The oculomotor system reflects the cognitive state and is widely used to probe neural disorders in human. Despite the distinctive phenotypical features associated with each neural disorder, almost all share an alteration in the oculomotor function due to its vulnerability to the toxic protein aggregates, among other reasons.

Parkinson’s disease (PD) is neurodegenerative disease characterized by death of dopaminergic neurons of the substantia nigra, along with accumulation of α-Synuclein (α-Syn) containing inclusion bodies (Lewy pathology). This results in a characteristic motor impairment that is usually seen only when more than 70% of the dopaminergic neurons are already dead and it is too late to treat the patients. In addition, there are also non motor symptoms such as neuropsychiatric symptoms, eye movement irregularities and sleep abnormalities. Because eye movement is relatively a direct indicator of the basal ganglia (BG) output, saccade recordings is one of the most insightful tools for various neurological disorders, in particular BG disorders.

The dual- hit hypothesis proposed by Braak suggested that PD is initiated from the gut or the olfactory bulb (OB) and from there, it propagates via the vagal nerve and the OB to the entire CNS.

My research focus on studying the longitudinal changes in eye movement behavior and the error answers using marmosets as PD model. To do so, marmosets are trained to perform two different visual tasks, gap, and oculomotor delayed response (ODR) task “<Figure 1>”. By comparing the control and the disease state as the disease progress, any changes in eye movement behavior (saccade reaction time (SRT), endpoint accuracy, curvature, main sequence, …) can be detected. One finding we saw was a gradual decrease in SRT (slower response) with disease progression, “<Figure 2>”.

I’m planning to further expand this and study other visual paradigm and motor movement behavior analysis.

Figure 1

Figure 1: Tasks illustration and error trials definition. A. Gap task. Gap task starts by initiation of fixation at the screen center. After fixation spot offset, a gap period is followed while fixation continues. By the end of the gap period, a visual target appears, and gaze should be directed to it by making a saccade. B. ODR task. ODR task starts by initiation of fixation at the screen center. Meanwhile, a peripheral target appears for short period and disappears, followed by a delay period during which, fixation continues. By the end of the delay period, fixation spot offset indicates the go signal to make a saccade towards the remembered target location. C. Description of Error categories. Each trial consists of three potential error types, defined according to the time of trial abortion. The black dashed lines around the eye position indicate eye windowing for monitoring the marmosets’ eye position. D. Example saccades extracted in each error categories from the gap task. Dashed circles indicate the eye windowing size and location for potential target stimuli.

Figure 2

Figure 2: Changes in saccade reaction time (SRT) with disease progression. A. Cumulative probability distribution of SRT. In comparison to the control (before α-Syn injection), as the disease progressed with time, SRT got slower. B. Mean of the early 20% SRT. The earlier compartment of SRT is believed to be characteristic of decision processes, and it showed a prolongation as the disease progressed in time.

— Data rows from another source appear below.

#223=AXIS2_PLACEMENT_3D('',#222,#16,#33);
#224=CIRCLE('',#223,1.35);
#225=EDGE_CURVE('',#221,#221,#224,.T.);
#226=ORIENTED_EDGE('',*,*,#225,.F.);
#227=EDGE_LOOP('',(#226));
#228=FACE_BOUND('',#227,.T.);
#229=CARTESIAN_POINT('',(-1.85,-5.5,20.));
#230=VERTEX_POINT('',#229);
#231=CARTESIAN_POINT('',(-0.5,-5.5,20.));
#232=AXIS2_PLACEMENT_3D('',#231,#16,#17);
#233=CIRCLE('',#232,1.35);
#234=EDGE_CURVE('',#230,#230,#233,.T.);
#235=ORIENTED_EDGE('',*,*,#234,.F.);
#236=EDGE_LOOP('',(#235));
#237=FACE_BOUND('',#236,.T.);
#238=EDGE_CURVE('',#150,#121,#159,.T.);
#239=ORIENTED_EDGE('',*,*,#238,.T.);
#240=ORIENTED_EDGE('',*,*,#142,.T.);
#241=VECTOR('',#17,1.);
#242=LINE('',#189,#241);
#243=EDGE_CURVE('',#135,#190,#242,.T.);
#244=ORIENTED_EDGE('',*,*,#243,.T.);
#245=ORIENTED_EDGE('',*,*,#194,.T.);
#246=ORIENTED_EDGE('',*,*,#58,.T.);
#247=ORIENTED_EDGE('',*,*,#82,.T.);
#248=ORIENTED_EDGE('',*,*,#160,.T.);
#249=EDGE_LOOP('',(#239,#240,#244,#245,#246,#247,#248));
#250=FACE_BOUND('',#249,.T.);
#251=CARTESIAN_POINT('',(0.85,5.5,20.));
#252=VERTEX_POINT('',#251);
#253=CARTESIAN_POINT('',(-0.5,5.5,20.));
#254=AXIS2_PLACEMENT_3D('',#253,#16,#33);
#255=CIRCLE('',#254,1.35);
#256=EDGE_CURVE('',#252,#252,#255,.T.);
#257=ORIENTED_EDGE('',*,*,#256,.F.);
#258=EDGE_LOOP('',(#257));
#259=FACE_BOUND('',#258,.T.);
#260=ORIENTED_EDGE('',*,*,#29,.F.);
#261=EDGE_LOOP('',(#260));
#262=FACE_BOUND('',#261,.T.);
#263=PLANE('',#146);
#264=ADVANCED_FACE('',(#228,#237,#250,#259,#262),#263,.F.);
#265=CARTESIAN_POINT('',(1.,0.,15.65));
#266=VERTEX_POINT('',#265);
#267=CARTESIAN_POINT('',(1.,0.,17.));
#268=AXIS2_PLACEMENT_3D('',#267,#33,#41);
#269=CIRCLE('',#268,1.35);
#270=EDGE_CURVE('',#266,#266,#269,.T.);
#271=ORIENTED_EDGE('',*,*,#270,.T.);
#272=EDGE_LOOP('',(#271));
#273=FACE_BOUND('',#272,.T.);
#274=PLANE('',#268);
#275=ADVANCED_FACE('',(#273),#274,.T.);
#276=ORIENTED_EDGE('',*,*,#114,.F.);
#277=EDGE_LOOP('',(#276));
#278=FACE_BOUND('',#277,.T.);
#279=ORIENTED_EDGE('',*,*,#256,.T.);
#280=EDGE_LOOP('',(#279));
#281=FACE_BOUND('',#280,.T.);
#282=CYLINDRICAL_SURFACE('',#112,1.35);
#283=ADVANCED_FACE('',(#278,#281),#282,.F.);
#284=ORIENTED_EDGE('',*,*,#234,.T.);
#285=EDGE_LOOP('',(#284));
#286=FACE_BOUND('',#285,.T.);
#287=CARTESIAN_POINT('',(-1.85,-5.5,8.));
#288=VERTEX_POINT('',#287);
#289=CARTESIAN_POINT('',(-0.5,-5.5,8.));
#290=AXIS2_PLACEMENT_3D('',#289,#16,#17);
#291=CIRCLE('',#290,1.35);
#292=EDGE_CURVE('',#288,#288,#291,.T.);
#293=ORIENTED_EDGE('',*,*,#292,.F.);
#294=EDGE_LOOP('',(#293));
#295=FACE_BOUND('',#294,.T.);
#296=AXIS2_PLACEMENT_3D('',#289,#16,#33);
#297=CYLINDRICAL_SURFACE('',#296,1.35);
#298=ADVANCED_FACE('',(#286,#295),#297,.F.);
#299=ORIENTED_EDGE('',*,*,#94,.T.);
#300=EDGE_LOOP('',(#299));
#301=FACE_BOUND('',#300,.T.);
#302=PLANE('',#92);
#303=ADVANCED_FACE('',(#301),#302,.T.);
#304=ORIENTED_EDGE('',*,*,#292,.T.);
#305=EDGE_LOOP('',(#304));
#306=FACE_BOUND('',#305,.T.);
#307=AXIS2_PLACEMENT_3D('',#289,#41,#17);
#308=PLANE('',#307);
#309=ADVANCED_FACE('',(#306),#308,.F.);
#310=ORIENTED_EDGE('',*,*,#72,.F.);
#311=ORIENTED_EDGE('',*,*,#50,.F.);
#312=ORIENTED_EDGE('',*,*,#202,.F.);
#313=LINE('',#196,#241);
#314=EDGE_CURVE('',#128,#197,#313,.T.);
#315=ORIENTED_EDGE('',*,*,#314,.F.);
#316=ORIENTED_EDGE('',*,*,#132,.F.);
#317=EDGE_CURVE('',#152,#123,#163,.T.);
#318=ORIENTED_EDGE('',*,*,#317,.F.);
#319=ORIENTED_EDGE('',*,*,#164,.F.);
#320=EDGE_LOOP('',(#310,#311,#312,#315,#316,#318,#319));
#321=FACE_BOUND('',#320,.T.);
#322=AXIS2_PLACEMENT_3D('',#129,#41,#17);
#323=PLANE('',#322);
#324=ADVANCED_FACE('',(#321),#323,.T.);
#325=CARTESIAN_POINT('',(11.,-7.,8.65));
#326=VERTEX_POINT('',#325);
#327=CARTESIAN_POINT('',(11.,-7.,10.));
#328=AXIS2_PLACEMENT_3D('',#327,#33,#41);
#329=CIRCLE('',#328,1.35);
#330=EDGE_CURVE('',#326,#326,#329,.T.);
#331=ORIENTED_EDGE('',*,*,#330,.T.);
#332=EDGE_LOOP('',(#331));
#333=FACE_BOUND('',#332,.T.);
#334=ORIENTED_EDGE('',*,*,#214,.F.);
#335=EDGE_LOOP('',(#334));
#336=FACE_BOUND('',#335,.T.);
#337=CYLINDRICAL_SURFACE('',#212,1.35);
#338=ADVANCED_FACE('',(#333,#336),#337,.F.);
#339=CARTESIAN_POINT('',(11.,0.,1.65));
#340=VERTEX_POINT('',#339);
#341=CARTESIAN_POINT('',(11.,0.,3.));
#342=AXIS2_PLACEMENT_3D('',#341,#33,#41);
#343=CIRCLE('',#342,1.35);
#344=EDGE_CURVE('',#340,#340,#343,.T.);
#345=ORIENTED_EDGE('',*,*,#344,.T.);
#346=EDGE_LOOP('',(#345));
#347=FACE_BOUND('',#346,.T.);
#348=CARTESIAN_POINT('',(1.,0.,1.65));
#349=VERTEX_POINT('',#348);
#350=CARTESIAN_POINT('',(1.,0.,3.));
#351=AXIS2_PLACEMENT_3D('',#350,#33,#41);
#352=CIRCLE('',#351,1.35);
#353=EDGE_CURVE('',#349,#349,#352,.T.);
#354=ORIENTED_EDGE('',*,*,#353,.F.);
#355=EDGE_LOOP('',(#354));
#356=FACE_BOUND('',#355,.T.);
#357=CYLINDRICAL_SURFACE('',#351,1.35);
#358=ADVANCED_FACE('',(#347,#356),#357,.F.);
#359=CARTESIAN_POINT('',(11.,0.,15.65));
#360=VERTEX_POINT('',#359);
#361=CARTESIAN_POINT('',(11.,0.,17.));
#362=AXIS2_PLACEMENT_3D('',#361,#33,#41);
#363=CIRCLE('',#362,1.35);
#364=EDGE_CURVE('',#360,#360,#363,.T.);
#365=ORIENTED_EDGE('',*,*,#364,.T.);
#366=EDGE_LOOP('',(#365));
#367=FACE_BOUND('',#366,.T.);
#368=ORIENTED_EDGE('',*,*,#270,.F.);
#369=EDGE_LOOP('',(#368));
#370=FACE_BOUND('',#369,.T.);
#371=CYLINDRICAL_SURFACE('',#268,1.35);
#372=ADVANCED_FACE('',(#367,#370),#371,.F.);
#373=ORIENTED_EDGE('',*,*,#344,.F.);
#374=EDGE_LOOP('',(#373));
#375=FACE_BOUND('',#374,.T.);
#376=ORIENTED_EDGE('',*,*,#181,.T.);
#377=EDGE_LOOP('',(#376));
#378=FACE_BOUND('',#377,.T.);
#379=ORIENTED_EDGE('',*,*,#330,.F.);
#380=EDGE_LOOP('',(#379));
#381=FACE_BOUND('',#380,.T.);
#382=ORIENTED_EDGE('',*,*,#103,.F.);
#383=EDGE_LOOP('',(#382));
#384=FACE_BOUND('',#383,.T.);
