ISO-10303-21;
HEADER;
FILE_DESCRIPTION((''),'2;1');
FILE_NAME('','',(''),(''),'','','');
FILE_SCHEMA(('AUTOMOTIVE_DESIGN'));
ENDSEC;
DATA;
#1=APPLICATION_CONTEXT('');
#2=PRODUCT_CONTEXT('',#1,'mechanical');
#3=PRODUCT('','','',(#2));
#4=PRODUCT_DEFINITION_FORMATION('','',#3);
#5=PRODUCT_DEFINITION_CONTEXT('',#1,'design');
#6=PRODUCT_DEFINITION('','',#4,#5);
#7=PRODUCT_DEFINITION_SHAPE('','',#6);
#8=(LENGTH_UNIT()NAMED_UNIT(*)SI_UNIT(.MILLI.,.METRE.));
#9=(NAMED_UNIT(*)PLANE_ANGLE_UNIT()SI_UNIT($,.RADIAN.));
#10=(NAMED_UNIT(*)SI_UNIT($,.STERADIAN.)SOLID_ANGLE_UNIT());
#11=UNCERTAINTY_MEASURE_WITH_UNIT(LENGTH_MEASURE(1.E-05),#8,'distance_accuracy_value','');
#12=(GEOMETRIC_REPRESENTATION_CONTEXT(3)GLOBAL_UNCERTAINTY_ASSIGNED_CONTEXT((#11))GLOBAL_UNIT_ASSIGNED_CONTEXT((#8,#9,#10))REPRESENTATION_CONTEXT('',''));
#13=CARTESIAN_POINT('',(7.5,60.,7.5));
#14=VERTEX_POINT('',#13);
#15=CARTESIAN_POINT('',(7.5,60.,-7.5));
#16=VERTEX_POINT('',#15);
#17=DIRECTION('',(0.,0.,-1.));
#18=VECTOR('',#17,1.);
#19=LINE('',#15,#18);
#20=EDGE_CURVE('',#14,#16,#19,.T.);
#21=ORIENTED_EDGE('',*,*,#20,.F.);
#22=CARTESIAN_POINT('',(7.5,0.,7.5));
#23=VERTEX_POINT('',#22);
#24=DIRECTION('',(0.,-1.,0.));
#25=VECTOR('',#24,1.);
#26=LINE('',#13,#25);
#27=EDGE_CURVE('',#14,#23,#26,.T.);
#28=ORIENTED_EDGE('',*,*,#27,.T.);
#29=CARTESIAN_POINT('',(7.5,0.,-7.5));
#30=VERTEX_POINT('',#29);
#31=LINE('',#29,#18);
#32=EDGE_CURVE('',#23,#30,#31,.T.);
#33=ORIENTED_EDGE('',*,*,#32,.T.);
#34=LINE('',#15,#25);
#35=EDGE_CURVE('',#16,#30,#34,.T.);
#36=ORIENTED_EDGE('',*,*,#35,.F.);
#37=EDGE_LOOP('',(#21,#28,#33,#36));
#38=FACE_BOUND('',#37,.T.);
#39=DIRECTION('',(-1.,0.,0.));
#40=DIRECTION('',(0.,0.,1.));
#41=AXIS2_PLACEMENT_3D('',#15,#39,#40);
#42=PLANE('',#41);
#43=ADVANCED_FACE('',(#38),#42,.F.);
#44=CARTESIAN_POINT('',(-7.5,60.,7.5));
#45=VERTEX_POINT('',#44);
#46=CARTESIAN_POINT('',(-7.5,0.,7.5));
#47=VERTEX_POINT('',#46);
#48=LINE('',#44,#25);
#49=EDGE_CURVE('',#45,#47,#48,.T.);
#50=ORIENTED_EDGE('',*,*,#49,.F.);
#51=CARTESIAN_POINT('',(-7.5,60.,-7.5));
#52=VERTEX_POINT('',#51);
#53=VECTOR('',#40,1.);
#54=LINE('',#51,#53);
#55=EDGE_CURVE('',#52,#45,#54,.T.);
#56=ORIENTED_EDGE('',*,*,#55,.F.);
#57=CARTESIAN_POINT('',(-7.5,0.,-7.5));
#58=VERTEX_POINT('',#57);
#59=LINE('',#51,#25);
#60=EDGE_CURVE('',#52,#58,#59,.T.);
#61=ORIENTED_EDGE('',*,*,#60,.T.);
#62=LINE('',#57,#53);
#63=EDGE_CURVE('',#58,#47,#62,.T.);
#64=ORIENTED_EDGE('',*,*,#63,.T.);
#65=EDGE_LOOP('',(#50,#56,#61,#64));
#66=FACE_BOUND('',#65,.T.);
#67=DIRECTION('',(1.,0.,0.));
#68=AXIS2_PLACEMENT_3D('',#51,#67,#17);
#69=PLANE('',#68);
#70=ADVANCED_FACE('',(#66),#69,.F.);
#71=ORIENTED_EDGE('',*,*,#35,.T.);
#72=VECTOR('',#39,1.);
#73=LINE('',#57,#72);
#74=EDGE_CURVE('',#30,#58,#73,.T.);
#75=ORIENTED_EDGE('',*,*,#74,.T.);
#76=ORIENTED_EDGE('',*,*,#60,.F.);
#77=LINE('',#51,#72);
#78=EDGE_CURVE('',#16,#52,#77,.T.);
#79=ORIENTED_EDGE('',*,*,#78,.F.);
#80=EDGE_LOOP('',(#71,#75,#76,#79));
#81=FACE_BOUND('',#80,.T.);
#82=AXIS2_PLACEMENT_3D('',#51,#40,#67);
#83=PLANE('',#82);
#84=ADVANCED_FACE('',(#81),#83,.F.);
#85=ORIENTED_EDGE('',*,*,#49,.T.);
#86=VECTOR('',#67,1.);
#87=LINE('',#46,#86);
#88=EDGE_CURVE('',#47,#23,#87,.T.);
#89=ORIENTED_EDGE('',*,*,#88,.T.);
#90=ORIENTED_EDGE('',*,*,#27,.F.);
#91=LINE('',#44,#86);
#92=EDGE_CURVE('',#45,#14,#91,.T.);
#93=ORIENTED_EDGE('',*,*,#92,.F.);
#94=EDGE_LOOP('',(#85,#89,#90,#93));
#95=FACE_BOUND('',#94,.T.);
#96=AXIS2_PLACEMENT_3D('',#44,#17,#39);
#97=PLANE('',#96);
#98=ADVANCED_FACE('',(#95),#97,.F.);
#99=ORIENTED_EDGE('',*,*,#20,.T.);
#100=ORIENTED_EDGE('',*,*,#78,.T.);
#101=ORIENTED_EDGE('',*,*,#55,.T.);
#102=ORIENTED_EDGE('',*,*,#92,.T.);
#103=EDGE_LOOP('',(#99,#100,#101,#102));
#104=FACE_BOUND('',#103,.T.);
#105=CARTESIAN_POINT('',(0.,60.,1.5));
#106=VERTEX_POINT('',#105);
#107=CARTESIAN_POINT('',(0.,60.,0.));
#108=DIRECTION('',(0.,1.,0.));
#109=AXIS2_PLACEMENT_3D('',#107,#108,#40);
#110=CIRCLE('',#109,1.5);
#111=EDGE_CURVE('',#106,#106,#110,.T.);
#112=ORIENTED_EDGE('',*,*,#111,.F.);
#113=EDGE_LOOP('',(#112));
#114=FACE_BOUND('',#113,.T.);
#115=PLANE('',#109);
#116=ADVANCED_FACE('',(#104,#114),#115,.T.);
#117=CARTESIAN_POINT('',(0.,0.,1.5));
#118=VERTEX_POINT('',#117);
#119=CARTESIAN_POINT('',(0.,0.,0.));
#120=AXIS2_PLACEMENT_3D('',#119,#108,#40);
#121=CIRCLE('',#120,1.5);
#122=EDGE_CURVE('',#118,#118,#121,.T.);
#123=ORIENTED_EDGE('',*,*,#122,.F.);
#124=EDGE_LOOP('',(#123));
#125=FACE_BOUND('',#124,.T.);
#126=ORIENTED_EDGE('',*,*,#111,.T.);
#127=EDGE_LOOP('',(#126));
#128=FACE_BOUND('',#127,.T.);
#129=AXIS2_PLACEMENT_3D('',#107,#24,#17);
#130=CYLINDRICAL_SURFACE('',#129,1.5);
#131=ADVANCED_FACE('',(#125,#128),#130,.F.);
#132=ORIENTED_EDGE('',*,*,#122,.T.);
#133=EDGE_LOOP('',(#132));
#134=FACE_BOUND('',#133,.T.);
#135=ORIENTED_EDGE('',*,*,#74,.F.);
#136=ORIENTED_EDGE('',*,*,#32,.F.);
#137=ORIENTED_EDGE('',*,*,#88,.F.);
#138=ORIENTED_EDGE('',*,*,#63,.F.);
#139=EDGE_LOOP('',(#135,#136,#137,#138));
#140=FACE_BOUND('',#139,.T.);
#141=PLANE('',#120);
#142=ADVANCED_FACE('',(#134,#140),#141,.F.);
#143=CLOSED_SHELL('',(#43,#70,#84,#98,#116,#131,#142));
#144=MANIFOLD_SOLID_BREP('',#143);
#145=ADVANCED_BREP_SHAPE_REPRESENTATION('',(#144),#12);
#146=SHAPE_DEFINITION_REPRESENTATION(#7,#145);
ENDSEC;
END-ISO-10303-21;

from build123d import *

# Parameters (mm, degrees)
SKETCH1_W           = 15
SKETCH1_H           = 15
SKETCH1_R           = 1.5
BOSS_EXTRUDE1_DEPTH = 60


with BuildPart() as part:
    # Sketch1 → Boss-Extrude1 (new body)
    with BuildSketch(Plane(origin=(0, 0, 0), x_dir=(1, 0, 0), z_dir=(0, 1, 0))):
        Rectangle(SKETCH1_W, SKETCH1_H)
        Circle(SKETCH1_R, mode=Mode.SUBTRACT)
    extrude(amount=BOSS_EXTRUDE1_DEPTH)


solid = part.part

Wajd Amly joined the Neuroscience Ph.D. course at Kyoto University (2018). She studied the longitudinal changes in eye movement behavior in synucleinopathies, mainly Parkinson’s disease, using common marmosets as an animal model. She is now a researcher in ASHBi.


Amly, W. and Karaman, R. 2016. Overview on the recent drugs delivery approaches. Aperito Journal of Pharmacology and Drug Design, 2.

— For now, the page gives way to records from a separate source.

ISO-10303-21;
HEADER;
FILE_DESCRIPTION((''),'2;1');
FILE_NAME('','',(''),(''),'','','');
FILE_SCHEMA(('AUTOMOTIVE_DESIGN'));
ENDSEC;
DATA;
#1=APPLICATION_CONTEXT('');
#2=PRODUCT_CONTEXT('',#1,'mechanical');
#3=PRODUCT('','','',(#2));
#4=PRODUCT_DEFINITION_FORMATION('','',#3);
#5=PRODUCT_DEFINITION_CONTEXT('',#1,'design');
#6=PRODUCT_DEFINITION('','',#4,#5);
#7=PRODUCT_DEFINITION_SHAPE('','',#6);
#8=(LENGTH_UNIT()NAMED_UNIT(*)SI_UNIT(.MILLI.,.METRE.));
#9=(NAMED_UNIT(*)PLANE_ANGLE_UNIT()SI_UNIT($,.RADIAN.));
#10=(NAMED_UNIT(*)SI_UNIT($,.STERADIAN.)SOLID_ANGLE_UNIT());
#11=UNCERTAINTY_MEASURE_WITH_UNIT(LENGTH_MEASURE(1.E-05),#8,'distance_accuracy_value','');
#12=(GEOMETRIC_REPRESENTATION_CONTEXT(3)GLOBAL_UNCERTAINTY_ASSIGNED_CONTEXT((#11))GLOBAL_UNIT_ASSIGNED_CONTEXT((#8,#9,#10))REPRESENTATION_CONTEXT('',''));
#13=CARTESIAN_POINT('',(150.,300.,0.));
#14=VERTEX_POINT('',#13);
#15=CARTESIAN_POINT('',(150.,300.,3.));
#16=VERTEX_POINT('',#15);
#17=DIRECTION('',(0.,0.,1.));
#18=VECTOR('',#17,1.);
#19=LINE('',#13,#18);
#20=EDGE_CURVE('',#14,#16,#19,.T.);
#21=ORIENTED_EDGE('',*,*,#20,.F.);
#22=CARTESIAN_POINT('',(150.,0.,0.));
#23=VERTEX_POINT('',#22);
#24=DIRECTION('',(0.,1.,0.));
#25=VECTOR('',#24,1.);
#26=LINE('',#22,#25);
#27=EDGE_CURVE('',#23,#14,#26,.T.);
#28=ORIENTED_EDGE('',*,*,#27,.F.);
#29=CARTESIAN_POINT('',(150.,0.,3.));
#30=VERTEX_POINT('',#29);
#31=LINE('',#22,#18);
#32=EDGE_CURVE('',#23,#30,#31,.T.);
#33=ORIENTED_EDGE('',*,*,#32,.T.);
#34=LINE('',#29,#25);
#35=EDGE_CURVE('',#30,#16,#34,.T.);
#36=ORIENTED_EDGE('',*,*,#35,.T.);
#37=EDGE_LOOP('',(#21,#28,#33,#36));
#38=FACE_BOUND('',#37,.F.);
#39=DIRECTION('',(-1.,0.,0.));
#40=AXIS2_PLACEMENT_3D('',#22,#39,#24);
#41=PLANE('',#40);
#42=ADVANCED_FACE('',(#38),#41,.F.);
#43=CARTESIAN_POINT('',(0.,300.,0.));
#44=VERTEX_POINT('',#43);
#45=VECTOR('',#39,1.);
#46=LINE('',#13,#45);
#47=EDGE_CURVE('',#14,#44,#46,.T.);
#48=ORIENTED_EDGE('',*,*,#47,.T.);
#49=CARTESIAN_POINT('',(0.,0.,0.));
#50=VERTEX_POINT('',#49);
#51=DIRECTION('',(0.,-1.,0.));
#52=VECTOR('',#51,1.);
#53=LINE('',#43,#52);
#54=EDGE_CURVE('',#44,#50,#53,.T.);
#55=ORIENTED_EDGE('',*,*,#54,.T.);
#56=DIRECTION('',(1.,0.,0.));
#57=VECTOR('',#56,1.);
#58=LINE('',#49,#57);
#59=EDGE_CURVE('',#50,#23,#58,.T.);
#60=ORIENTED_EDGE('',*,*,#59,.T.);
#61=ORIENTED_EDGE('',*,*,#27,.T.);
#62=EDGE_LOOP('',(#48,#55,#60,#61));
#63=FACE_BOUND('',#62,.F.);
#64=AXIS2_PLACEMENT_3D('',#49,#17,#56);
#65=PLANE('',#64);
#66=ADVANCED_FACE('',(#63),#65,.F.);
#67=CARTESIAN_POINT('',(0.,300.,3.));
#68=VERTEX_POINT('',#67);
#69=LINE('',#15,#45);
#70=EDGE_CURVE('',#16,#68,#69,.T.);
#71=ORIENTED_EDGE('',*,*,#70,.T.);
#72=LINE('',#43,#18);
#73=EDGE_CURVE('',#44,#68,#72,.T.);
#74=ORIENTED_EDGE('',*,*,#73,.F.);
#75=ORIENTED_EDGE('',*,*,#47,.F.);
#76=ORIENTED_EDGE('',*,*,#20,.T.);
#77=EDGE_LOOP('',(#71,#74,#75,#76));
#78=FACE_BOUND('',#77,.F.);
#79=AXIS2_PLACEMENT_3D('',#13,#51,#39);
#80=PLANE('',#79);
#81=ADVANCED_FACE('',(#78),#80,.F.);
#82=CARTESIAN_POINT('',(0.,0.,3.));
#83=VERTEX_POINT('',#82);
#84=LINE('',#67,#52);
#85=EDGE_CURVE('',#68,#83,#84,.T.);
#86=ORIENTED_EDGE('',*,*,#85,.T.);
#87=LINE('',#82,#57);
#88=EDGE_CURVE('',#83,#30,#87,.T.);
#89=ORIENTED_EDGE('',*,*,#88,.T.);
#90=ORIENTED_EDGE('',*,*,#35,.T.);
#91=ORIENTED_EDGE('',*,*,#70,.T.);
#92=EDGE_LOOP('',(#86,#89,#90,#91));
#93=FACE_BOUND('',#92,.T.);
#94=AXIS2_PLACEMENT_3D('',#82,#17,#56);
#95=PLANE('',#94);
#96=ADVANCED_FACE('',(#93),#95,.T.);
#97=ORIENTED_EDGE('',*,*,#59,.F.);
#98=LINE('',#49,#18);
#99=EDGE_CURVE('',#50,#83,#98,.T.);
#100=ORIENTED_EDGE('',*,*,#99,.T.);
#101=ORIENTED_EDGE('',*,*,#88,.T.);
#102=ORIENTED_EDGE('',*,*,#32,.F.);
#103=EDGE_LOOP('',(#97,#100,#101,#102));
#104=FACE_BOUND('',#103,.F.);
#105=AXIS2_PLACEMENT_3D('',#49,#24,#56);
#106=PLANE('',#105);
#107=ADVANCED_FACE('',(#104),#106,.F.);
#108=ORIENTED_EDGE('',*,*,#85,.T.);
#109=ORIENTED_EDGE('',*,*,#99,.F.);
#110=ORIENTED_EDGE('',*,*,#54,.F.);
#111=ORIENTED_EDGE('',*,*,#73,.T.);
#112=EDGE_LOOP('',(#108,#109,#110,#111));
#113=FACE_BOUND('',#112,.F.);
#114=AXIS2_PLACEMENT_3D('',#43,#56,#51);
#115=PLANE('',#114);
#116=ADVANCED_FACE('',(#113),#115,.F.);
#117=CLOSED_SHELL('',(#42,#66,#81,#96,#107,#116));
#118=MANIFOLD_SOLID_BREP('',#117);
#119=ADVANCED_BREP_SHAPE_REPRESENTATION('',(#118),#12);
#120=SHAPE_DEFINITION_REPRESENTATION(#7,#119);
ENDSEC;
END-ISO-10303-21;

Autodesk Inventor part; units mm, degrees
ref_plane "YZ Plane" through (0, 0, 0) normal (1, 0, 0) x (0, 1, 0)
ref_plane "XZ Plane" through (0, 0, 0) normal (0, 1, 0) x (-1, 0, 0)
ref_plane "XY Plane" through (0, 0, 0) normal (0, 0, 1) x (1, 0, 0)
sketch "Esquisse1" plane through (0, 0, 0) normal (0, 0, 1) x (1, 0, 0)
  line L0 (0, 0) -> (150, 0)
  line L1 (150, 0) -> (150, 300)
  line L2 (150, 300) -> (0, 300)
  line L3 (0, 300) -> (0, 0)
  dimension "d0" = 150
  dimension "d1" = 300
extrude "Extrusion1" add sketch "Esquisse1" along normal blind 3
properties part number "piece-interieur4"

Amly, W. and Karaman, R. 2016. Recent updates in utilizing prodrugs in drug delivery (2013-2015). Expert Opinion Drug Delivery, 13, 571-91.

Amly, W. and Karaman, R. 2015. Lipid lowering medications, uses, side effects, pharmacokinetic properties, and approaches to improve bioavailability “Commonly Used Drugs - Uses, Side Effects, and Approaches to Improve Its Bioavailability. Nova science publishers.

Amly, W. and Karaman, R. 2014. Antibody directed enzyme prodrug therapy (ADEPT) “Prodrugs Design – A New Era”. Nova science publishers.

Karaman, R., Amly, W., Scrano, L., Mecca, G. and Bufo, S. A. 2013. Computationally designed prodrugs of statins based on Kirby’s enzyme model. J Mol Model, 19, 3969-82.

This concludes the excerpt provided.